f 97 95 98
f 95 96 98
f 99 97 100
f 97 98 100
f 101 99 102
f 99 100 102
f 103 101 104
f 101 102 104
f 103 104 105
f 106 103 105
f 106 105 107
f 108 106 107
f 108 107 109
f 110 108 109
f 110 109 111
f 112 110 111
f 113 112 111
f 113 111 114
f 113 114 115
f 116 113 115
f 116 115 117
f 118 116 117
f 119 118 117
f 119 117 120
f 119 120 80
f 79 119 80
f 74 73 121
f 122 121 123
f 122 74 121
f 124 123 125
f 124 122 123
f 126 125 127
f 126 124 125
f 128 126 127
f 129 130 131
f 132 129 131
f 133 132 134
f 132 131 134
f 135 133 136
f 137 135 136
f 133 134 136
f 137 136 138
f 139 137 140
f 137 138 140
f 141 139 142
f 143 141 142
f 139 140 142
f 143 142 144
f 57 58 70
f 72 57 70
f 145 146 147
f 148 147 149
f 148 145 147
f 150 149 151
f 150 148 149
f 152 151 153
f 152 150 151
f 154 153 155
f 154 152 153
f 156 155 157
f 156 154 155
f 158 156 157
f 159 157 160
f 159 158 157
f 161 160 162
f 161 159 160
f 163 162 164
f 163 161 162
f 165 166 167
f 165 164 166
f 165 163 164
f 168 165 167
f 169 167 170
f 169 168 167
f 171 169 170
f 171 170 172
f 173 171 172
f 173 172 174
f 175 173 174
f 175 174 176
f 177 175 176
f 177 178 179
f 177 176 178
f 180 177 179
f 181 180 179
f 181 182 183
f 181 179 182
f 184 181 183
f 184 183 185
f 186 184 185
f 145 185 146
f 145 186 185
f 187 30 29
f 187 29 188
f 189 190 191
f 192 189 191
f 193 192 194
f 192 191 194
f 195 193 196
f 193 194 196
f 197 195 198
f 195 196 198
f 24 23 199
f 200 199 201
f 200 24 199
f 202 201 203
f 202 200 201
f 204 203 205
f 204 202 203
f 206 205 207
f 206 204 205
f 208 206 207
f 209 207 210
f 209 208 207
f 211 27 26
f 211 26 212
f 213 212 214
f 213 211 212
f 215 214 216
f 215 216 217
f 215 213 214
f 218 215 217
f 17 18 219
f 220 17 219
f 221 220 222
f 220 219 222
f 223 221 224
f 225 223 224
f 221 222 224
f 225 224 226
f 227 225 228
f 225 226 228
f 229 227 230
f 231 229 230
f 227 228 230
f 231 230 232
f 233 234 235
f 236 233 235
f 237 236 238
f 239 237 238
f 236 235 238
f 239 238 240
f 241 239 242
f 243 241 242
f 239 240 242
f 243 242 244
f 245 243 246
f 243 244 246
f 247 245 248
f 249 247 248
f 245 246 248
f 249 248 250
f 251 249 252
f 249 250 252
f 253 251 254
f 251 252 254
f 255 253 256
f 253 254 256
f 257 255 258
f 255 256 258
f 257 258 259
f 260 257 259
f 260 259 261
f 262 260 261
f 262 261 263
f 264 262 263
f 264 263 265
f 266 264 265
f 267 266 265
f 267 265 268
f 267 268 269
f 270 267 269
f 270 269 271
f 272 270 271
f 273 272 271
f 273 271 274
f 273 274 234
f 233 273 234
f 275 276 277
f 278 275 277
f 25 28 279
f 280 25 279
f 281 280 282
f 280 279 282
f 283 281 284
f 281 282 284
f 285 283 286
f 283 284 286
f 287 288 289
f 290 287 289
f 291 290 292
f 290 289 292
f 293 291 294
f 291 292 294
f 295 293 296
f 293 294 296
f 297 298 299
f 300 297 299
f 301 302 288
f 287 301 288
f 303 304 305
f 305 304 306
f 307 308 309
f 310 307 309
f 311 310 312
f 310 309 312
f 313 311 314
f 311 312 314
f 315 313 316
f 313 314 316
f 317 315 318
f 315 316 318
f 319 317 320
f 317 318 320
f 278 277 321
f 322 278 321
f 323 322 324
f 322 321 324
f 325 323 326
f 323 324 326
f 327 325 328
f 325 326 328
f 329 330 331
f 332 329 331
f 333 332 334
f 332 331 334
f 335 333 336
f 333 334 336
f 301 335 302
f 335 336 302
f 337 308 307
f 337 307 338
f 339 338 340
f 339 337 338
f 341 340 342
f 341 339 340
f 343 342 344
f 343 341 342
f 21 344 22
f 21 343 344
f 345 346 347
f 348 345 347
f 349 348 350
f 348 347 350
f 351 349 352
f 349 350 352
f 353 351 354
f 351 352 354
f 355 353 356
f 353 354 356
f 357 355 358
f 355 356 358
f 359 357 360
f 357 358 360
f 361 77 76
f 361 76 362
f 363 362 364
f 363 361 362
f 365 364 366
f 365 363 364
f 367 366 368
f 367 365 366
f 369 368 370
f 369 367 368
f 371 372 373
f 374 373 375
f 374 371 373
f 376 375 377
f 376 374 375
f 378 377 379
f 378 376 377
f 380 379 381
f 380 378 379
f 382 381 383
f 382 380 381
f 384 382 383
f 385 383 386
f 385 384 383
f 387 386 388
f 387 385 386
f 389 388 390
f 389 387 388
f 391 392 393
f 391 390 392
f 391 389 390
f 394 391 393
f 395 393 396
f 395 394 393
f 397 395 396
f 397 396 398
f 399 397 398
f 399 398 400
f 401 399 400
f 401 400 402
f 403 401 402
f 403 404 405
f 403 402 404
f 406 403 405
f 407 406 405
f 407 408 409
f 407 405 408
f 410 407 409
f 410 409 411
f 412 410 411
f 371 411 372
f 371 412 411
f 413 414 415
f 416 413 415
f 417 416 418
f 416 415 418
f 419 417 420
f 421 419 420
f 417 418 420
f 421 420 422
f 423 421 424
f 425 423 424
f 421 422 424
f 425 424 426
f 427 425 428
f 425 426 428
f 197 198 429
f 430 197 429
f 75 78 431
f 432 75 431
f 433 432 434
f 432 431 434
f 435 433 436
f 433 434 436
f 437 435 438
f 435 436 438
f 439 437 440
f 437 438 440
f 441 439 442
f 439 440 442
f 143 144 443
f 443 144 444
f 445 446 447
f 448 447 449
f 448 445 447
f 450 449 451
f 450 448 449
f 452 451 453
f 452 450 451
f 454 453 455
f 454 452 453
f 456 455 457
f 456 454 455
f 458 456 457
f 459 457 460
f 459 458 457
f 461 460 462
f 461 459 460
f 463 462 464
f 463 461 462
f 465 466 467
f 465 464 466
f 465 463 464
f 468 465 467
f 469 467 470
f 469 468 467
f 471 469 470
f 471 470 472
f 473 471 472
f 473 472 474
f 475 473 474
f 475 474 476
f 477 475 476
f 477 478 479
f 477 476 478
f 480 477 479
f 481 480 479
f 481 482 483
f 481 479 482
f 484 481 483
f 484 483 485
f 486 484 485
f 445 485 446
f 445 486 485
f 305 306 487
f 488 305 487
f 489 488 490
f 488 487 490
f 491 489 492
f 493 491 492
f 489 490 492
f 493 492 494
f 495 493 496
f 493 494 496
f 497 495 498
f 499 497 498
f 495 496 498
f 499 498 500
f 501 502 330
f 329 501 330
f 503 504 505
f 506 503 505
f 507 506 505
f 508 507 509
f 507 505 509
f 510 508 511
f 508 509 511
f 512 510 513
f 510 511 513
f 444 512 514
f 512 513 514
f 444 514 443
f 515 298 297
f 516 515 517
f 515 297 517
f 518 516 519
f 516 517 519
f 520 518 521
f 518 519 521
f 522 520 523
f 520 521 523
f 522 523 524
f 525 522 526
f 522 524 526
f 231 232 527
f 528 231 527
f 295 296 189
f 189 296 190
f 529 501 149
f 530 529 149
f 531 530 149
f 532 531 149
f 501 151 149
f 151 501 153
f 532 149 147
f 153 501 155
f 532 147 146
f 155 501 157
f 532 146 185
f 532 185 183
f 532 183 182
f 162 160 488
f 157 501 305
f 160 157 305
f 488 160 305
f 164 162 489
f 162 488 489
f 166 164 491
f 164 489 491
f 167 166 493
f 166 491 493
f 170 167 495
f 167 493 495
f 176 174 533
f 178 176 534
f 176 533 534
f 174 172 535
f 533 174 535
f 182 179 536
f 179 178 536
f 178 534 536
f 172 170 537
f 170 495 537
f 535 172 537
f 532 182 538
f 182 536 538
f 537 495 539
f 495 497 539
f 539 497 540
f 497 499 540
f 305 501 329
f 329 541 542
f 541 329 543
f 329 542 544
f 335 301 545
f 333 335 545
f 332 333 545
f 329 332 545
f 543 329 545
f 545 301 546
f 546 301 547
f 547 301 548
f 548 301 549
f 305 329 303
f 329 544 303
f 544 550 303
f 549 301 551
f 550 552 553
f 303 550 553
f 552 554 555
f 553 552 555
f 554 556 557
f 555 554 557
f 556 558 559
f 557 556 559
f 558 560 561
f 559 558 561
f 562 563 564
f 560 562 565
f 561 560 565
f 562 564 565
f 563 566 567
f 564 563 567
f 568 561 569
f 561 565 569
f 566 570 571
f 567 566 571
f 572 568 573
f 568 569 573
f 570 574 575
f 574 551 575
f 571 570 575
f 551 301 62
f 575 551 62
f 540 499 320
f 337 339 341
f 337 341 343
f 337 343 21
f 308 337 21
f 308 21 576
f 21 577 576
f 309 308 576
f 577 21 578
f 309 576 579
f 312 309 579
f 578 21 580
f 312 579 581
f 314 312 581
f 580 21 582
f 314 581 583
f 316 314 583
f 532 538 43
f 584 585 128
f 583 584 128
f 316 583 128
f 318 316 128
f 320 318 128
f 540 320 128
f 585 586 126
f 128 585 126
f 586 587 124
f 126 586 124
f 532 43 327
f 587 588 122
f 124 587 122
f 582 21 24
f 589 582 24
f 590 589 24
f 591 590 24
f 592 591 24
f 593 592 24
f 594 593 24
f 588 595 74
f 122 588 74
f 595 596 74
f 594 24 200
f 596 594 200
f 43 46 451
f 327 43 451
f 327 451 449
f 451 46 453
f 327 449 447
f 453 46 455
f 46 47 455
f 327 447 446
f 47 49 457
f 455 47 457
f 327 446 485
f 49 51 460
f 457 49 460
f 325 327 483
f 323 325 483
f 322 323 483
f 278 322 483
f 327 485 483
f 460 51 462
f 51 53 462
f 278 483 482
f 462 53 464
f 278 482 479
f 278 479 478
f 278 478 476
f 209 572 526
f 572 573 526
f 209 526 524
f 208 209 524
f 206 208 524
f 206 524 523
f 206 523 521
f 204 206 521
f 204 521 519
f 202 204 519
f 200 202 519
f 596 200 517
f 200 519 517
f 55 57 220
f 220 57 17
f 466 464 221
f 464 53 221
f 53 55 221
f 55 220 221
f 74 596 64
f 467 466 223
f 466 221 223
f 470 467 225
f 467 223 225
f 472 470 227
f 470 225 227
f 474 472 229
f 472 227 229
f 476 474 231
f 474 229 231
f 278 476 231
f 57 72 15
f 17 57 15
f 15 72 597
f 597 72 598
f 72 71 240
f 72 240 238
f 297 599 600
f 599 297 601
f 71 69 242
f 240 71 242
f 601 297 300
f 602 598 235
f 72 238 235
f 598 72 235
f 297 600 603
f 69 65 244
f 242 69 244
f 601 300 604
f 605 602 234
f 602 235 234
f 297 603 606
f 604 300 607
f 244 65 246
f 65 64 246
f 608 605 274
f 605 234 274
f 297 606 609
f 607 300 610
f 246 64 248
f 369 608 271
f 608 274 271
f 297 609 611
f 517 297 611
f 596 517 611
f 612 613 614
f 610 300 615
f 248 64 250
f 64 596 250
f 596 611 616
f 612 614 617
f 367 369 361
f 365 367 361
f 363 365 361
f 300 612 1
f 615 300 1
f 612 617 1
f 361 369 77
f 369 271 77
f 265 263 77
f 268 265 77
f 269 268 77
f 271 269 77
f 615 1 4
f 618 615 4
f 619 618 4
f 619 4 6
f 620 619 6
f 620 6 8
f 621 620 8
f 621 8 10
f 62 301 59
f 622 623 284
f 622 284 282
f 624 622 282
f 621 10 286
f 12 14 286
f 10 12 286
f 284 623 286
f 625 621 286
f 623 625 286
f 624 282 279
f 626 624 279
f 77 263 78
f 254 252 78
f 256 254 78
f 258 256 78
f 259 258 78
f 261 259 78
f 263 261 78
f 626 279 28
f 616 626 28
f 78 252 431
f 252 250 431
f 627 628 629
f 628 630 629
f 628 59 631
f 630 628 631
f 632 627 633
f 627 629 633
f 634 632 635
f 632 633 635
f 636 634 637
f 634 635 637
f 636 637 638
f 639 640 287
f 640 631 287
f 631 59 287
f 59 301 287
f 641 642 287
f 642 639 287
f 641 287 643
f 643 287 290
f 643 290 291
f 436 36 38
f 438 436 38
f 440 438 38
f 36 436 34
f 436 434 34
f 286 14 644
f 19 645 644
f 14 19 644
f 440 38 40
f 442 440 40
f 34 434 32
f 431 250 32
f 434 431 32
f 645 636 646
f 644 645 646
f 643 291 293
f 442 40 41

======

» YOUR GOAL: Extract exactly and only the lines above from the line containing "f 79 119 80" through the line containing "f 158 156 157", both end lines included.

» RESULT BELOW:
f 79 119 80
f 74 73 121
f 122 121 123
f 122 74 121
f 124 123 125
f 124 122 123
f 126 125 127
f 126 124 125
f 128 126 127
f 129 130 131
f 132 129 131
f 133 132 134
f 132 131 134
f 135 133 136
f 137 135 136
f 133 134 136
f 137 136 138
f 139 137 140
f 137 138 140
f 141 139 142
f 143 141 142
f 139 140 142
f 143 142 144
f 57 58 70
f 72 57 70
f 145 146 147
f 148 147 149
f 148 145 147
f 150 149 151
f 150 148 149
f 152 151 153
f 152 150 151
f 154 153 155
f 154 152 153
f 156 155 157
f 156 154 155
f 158 156 157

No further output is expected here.